Our working hypothesis is that by cutting down the total context we're sending to an LLM, we've reduced the rate of hallucinations that long context windows can introduce. This is supported by published research on how attention degrades over long sequences. A 2024 study on LLM behavior under extended context found that models lose reliable recall of information placed in the middle of long inputs. The intuition runs counter to what you might expect: more information should mean better decisions. But LLMs don't process context the way a human skims a page. Token position matters. Redundant or verbose content early in the context can push the signal further from where the model applies attention. With JSON, every element came wrapped in structural boilerplate (brackets, quotes, key names) that carried no task-relevant information. HTML strips that down to the tag and its attributes, which is exactly what the model needs.

There's also a simpler version of the same argument: shorter prompts leave less room for the model to anchor on the wrong thing. A dense JSON block describing 40 elements gives the model 40 places to misread intent. The equivalent HTML block, carrying the same element data in fewer tokens, shrinks that surface area. The 3.9% improvement in success rate is, on this reading, a direct downstream effect of reducing noise — not an accident of the format change.

Final Thoughts

We set out to cut costs. What we got was a cost reduction and a reliability improvement from a single, low-risk representational change. No model swap, no prompt engineering overhaul, just a different way to encode the same information.

The lesson, though, is broader than token counting.
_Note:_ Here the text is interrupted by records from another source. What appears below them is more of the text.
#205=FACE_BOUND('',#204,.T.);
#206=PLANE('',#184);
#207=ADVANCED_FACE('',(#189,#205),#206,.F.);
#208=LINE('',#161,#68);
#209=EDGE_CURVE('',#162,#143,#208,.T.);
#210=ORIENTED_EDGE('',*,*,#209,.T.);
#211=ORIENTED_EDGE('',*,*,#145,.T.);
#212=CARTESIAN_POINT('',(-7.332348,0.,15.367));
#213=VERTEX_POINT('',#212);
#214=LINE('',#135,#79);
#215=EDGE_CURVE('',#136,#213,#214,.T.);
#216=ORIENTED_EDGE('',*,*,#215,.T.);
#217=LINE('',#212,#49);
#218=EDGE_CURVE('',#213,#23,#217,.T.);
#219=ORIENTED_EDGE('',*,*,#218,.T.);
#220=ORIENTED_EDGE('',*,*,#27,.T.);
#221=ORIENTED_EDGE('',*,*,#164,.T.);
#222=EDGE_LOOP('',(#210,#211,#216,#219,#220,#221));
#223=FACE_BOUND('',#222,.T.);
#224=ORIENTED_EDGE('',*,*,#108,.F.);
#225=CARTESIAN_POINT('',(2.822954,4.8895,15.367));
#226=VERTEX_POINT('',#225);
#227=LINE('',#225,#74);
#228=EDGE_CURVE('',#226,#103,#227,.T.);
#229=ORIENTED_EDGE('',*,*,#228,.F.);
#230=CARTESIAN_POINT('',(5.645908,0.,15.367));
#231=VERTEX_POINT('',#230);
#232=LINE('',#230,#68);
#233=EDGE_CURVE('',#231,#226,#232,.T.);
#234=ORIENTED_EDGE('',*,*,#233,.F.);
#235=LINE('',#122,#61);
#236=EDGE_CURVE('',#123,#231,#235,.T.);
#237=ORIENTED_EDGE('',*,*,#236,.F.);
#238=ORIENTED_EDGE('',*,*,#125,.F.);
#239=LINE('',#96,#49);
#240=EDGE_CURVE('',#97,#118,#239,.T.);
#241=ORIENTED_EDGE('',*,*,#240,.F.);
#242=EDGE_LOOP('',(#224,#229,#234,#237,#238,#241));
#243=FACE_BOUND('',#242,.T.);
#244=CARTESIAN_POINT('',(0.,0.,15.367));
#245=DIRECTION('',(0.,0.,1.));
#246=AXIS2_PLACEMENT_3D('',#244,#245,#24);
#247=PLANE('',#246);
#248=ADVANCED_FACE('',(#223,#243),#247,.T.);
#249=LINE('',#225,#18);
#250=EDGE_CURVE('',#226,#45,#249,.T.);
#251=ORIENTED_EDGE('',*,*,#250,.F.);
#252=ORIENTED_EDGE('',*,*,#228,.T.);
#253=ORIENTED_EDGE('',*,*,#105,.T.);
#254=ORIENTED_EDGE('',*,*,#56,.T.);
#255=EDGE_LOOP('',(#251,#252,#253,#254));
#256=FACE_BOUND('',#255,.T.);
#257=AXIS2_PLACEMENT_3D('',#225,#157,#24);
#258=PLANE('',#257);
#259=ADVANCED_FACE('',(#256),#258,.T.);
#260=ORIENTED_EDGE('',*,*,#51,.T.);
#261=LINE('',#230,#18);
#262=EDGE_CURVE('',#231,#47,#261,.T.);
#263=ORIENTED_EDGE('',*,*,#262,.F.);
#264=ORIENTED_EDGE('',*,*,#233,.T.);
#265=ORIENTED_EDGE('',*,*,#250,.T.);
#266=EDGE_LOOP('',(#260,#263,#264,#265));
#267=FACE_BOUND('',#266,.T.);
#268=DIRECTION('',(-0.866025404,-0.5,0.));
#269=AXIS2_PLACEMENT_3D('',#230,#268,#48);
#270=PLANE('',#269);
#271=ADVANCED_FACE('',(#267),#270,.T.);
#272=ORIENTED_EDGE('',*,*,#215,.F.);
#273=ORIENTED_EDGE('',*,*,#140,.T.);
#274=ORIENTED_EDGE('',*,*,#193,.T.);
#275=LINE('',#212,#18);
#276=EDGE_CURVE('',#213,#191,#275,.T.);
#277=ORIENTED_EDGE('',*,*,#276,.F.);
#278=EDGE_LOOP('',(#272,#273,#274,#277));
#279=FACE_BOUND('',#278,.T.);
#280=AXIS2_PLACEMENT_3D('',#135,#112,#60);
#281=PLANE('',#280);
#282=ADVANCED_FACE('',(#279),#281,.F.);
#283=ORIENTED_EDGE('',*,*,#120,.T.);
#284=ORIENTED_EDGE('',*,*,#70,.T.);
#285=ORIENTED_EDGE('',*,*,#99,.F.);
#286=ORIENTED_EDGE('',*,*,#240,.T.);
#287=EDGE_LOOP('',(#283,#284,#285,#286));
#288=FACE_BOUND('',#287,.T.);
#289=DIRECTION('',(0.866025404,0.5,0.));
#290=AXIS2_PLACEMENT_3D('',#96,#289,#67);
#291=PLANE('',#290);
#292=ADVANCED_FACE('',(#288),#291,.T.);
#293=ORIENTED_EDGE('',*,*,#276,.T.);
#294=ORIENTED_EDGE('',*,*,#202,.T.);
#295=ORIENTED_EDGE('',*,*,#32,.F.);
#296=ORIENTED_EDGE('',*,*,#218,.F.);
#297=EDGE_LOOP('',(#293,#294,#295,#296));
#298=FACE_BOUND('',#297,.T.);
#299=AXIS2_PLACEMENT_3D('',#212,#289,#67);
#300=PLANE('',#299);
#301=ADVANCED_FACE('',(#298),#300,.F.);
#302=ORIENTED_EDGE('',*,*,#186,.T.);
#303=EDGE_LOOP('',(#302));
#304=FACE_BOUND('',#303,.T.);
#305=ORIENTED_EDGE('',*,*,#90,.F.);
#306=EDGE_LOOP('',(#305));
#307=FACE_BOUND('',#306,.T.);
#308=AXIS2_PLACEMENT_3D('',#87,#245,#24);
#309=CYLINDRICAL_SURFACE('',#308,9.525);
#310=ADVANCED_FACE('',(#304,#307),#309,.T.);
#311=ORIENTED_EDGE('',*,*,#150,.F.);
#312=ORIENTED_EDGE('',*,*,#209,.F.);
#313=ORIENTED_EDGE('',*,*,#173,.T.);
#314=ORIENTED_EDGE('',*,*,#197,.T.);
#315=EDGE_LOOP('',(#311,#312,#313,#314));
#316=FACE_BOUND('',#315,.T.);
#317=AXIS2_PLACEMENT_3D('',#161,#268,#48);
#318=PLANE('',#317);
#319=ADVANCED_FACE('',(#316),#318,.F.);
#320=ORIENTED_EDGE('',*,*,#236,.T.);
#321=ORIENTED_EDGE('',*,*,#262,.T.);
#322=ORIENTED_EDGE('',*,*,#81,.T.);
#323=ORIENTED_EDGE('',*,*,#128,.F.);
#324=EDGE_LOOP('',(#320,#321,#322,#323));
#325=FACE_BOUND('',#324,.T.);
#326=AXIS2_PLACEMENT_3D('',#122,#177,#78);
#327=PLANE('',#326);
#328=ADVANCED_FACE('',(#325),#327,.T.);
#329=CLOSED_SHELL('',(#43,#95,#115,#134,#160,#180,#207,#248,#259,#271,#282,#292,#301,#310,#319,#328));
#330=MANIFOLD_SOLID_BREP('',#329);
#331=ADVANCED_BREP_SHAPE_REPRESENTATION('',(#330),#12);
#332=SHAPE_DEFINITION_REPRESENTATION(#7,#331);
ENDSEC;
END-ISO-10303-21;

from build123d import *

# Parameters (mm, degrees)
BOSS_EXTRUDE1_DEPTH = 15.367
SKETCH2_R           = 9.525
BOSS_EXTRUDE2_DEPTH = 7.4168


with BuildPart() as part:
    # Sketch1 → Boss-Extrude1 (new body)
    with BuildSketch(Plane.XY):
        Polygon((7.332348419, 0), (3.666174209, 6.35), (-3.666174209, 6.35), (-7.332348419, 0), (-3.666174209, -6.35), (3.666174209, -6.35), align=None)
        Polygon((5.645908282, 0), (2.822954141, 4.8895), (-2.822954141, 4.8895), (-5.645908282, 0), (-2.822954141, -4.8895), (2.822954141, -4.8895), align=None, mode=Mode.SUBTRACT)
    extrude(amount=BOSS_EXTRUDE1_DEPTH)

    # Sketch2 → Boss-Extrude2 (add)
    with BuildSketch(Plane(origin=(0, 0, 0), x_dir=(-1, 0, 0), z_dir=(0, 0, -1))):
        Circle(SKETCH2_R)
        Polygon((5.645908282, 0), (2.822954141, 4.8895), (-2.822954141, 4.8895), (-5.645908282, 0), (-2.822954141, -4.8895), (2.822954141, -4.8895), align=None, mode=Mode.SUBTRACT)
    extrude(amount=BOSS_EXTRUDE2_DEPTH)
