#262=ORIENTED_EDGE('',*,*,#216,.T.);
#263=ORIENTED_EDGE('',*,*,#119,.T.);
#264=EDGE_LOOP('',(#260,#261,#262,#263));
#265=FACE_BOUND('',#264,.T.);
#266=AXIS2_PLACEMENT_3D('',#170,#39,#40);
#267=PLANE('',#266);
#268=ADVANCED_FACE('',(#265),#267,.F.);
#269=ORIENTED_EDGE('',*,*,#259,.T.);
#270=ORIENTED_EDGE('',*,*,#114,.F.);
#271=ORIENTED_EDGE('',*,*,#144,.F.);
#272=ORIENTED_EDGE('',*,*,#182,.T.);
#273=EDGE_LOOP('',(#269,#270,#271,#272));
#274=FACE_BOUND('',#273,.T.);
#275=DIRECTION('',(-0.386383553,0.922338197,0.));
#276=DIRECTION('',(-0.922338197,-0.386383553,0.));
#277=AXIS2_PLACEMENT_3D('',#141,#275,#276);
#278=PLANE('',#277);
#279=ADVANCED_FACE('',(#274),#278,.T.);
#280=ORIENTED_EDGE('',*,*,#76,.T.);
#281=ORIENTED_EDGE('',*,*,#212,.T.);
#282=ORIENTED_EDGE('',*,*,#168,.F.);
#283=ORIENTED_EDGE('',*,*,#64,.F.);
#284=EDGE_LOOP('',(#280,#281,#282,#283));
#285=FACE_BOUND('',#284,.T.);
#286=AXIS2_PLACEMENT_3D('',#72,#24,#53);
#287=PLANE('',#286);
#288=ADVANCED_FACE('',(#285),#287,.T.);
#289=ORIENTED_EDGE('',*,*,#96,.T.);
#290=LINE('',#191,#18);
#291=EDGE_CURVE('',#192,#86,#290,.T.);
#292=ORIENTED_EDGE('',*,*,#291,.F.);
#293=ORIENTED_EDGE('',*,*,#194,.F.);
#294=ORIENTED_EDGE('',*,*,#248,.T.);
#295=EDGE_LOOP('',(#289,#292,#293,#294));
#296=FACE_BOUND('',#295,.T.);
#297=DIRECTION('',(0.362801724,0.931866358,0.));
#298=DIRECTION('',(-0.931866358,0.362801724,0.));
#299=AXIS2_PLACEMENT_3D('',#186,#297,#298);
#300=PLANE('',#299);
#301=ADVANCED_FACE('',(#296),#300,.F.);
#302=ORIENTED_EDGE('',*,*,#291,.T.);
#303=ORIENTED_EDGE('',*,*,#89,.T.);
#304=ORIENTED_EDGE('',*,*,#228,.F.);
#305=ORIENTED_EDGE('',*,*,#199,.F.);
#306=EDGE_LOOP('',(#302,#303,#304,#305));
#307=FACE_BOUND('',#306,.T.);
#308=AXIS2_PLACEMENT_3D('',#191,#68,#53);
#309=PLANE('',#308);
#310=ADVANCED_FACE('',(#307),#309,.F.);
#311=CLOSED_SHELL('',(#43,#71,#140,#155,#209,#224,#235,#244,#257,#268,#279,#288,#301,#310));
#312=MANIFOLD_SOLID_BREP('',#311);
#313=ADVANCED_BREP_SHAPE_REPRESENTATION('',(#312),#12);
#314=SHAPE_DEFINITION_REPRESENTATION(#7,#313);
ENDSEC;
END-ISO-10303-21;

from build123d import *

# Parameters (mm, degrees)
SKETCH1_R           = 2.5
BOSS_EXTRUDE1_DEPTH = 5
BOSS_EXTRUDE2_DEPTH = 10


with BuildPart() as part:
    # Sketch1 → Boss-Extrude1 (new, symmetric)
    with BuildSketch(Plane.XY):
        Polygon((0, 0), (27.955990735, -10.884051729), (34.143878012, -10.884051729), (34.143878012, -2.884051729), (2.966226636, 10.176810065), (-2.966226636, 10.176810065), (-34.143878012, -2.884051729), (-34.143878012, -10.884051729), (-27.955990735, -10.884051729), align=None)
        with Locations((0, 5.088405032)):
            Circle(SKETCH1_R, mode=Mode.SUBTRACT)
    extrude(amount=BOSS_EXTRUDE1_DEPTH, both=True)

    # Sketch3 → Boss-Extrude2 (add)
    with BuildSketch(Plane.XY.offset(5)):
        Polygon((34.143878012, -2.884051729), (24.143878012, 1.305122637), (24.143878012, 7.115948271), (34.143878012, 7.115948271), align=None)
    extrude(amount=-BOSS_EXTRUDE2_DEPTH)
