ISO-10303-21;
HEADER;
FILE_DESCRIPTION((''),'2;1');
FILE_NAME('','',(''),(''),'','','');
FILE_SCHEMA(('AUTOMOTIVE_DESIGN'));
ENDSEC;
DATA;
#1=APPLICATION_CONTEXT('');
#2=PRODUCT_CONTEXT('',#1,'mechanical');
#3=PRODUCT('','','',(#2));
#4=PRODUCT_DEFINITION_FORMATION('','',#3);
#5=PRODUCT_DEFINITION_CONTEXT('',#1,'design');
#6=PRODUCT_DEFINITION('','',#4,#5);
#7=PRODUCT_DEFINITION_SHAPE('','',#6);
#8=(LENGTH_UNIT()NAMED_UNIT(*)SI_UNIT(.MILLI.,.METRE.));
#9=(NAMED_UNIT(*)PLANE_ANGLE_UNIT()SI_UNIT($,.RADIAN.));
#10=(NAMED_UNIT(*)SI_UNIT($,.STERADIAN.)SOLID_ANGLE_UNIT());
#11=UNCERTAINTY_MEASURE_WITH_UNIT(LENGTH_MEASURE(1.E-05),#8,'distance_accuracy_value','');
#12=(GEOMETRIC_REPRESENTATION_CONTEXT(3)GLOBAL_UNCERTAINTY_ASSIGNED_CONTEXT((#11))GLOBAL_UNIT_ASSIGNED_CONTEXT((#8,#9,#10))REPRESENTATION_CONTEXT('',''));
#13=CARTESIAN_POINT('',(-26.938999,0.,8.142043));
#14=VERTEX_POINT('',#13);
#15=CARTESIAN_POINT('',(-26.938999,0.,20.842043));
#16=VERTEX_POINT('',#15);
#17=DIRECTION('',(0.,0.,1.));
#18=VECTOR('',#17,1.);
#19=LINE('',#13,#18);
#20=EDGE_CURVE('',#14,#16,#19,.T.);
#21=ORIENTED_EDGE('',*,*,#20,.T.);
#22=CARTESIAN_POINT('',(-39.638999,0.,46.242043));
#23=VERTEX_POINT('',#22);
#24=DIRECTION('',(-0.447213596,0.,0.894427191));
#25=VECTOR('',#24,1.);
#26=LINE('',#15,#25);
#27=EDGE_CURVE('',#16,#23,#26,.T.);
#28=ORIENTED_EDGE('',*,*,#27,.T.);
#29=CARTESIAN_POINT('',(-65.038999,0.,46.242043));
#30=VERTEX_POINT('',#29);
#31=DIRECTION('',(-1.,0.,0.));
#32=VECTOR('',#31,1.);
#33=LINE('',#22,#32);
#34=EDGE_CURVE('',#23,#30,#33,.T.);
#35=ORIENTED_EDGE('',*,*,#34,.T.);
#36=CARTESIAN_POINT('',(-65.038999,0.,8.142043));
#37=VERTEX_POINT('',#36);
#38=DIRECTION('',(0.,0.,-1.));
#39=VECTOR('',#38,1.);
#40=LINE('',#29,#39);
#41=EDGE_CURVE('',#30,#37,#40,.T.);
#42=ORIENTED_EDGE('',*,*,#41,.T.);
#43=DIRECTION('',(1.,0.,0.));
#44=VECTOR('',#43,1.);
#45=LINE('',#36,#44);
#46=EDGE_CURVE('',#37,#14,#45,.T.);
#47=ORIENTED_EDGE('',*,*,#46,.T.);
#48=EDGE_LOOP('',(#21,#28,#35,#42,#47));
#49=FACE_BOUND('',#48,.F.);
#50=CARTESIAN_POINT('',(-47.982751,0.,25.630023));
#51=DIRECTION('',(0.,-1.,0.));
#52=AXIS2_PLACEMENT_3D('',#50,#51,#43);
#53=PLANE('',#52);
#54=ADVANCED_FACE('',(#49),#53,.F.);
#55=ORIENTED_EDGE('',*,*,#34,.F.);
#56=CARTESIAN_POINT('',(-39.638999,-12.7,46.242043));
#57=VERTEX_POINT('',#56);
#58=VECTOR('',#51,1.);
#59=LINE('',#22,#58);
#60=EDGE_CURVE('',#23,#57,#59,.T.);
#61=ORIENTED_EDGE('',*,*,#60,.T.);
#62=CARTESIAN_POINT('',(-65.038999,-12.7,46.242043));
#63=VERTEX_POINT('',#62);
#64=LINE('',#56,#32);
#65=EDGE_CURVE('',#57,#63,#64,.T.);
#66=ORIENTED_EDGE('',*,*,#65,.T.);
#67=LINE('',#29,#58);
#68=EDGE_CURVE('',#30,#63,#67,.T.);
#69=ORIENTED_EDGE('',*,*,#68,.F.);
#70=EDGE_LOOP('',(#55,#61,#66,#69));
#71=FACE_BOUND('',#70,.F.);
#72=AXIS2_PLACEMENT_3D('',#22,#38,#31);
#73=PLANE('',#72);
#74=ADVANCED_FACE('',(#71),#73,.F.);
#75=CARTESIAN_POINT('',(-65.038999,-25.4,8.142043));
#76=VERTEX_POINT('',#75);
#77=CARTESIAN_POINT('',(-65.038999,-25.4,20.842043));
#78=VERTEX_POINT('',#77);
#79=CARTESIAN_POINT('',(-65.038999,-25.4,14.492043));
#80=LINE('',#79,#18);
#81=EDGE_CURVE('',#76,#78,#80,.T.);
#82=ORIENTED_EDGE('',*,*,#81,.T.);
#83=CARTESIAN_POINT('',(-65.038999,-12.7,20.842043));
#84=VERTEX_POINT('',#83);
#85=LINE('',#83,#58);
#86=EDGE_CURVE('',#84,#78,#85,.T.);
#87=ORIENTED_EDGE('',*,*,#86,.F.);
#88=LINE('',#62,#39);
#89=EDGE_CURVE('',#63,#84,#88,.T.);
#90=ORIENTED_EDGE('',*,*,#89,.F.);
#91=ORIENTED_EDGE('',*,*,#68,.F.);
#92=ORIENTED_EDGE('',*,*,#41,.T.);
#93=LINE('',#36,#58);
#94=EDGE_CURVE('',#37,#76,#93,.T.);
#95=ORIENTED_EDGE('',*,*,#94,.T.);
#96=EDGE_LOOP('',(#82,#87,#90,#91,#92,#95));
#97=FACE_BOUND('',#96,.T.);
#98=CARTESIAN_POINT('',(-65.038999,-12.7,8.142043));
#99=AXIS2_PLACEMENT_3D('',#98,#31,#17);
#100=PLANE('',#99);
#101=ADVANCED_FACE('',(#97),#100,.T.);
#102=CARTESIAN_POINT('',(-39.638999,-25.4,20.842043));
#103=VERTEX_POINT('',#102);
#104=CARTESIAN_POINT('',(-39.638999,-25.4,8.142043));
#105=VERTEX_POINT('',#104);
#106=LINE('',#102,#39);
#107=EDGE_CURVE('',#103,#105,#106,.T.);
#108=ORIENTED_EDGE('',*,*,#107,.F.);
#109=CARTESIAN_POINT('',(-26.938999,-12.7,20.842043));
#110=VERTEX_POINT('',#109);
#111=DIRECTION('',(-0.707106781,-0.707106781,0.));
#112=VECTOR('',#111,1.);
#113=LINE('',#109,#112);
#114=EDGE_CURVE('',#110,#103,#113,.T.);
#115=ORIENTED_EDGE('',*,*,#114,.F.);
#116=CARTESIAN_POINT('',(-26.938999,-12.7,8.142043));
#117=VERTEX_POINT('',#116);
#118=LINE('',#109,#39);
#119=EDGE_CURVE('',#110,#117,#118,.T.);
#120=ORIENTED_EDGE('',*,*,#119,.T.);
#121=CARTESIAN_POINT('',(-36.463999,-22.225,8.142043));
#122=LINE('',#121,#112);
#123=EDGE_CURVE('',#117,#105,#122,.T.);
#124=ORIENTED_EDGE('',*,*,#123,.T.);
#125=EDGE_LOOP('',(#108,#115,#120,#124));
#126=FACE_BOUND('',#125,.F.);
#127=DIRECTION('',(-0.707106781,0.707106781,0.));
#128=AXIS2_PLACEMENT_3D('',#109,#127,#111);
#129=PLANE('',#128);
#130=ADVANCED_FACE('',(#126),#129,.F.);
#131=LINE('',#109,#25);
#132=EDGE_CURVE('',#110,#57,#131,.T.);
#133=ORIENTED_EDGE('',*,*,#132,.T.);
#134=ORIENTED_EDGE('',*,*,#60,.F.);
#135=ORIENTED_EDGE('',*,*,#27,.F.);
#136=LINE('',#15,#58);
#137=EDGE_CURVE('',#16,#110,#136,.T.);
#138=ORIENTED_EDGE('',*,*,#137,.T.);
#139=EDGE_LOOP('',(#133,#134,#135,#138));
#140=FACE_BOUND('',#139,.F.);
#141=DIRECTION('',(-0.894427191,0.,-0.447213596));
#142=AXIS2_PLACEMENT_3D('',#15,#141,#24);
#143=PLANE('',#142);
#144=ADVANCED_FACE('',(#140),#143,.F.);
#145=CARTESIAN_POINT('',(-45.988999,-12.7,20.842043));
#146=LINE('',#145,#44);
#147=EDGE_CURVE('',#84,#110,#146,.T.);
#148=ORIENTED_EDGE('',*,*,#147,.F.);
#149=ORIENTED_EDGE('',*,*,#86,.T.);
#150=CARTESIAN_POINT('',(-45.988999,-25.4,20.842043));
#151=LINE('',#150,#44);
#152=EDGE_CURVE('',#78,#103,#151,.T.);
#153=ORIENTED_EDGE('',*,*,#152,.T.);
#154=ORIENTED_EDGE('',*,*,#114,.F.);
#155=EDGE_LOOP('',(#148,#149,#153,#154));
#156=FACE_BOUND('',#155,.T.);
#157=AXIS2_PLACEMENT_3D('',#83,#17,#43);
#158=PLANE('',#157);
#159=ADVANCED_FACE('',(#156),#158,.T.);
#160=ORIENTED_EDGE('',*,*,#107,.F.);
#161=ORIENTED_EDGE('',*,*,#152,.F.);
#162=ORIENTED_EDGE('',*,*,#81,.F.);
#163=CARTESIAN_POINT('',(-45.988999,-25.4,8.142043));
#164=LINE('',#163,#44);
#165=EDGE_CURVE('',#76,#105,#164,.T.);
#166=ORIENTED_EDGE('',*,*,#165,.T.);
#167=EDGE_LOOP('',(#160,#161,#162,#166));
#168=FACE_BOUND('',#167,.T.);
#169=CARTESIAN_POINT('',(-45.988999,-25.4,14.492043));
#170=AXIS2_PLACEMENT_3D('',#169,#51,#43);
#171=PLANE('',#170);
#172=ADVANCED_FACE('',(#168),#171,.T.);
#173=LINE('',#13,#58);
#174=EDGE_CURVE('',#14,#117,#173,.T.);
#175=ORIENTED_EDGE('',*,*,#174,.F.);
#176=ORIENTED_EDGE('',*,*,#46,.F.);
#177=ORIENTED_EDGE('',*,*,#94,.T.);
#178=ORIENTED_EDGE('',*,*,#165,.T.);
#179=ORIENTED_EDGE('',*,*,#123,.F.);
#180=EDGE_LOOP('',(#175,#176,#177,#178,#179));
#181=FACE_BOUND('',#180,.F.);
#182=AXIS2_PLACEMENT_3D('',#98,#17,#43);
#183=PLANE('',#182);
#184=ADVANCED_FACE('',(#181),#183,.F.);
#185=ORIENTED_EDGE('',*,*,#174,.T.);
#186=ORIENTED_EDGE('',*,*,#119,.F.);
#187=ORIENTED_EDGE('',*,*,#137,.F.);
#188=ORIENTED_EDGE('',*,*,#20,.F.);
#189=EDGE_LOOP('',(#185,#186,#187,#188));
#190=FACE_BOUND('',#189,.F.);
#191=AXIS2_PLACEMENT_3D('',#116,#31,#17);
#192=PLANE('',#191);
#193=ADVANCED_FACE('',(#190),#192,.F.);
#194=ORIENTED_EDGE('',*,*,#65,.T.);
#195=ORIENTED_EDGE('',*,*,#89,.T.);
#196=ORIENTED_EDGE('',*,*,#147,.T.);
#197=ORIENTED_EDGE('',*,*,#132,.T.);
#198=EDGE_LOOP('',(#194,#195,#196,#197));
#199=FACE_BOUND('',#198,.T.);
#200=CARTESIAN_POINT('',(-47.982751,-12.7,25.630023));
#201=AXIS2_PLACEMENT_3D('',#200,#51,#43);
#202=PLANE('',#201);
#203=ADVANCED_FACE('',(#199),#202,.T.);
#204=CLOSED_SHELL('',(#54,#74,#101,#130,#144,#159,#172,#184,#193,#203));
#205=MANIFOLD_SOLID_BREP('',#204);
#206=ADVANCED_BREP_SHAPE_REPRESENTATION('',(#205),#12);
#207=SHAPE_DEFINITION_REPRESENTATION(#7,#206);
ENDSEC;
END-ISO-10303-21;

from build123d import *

# Parameters (mm, degrees)
F1_DEPTH = 12.7
F2_W     = 38.1
F2_H     = 12.7
F3_DEPTH = 12.7
F5_DEPTH = 12.701


with BuildPart() as f1:
    # F0 (on Front) → F1 (new body)
    with BuildSketch(Plane.XZ):
        Polygon((-39.638999, 46.242043), (-65.038999, 46.242043), (-65.038999, 8.142043), (-26.938999, 8.142043), (-26.938999, 20.842043), align=None)
    extrude(amount=F1_DEPTH)

    # F2 (on face) → F3 (join)
    with BuildSketch(Plane.XZ.offset(12.7)):
        with Locations((-45.988999, 14.492043)):
            Rectangle(F2_W, F2_H)
    extrude(amount=F3_DEPTH)

    # F4 (on face) → F5 (cut, through all)
    with BuildSketch(Plane.XY.offset(20.842043)):
        Polygon((-26.938999, -25.4), (-26.938999, -12.7), (-39.638999, -25.4), align=None)
    extrude(amount=-F5_DEPTH, mode=Mode.SUBTRACT)


solid = f1.part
If your system sends structured data to an LLM at high volume, the format of that data matters in ways that go beyond readability. HTML's concise attribute syntax packs the same semantic content into fewer tokens, and fewer tokens mean less noise for the model to work through. That appears to pay dividends in accuracy, not just cost.

For any team running LLM-heavy workloads where structured element data is passed on every call, this is a low-effort experiment worth running. Swap the representation, run an A/B test on a sample of production tasks, and measure both cost and success rate. The results may surprise you the same way they surprised us.

If you're curious how Skyvern handles browser automation at scale, or want to see how these kinds of optimizations play out in practice, book a demo and we'll walk you through it.

FAQ

Still have questions about the experiment or how this applies to your own LLM workloads? Here are the answers to what people ask most.

What is Skyvern?

Skyvern is an open-source AI agent that helps companies automate browser-based workflows with AI. You can use Skyvern to automate actions on any website using natural language. For example, going to www.geico.com and prompting it with "generate an auto insurance quote."

What problem was Skyvern trying to solve with this experiment?

Skyvern sends a textual representation of interactable page elements to an LLM on every action. That context was consuming a large share of input tokens, our biggest expense. Token counts are tightly coupled with running costs, so we wanted to test whether a different data format could bring those numbers down without hurting task performance.

What were the main results of switching from JSON to HTML representation?

HTML cut our median cost per task by 11.4% (from $1.22 to $1.08 on successful tasks) and raised our success rate by 3.9% (from 59.9% to 63.8%). Spot checks with the OpenAI tokenizer showed HTML encoding the same element data in 20–27% fewer tokens than JSON.

Why did the HTML representation improve success rates?

Our working hypothesis is that shorter context reduces LLM hallucinations. By trimming the total input, we appear to have reduced the noise the model had to work through, a counterintuitive side effect of the token cut, but one that is well-supported in the research literature.

How was the experiment conducted?

We ran an A/B test in production, dividing tasks evenly between the original JSON representation and the new HTML representation. We tracked success and failure rates on over 1,100 customer tasks, which is the direct measure of how users get value from Skyvern.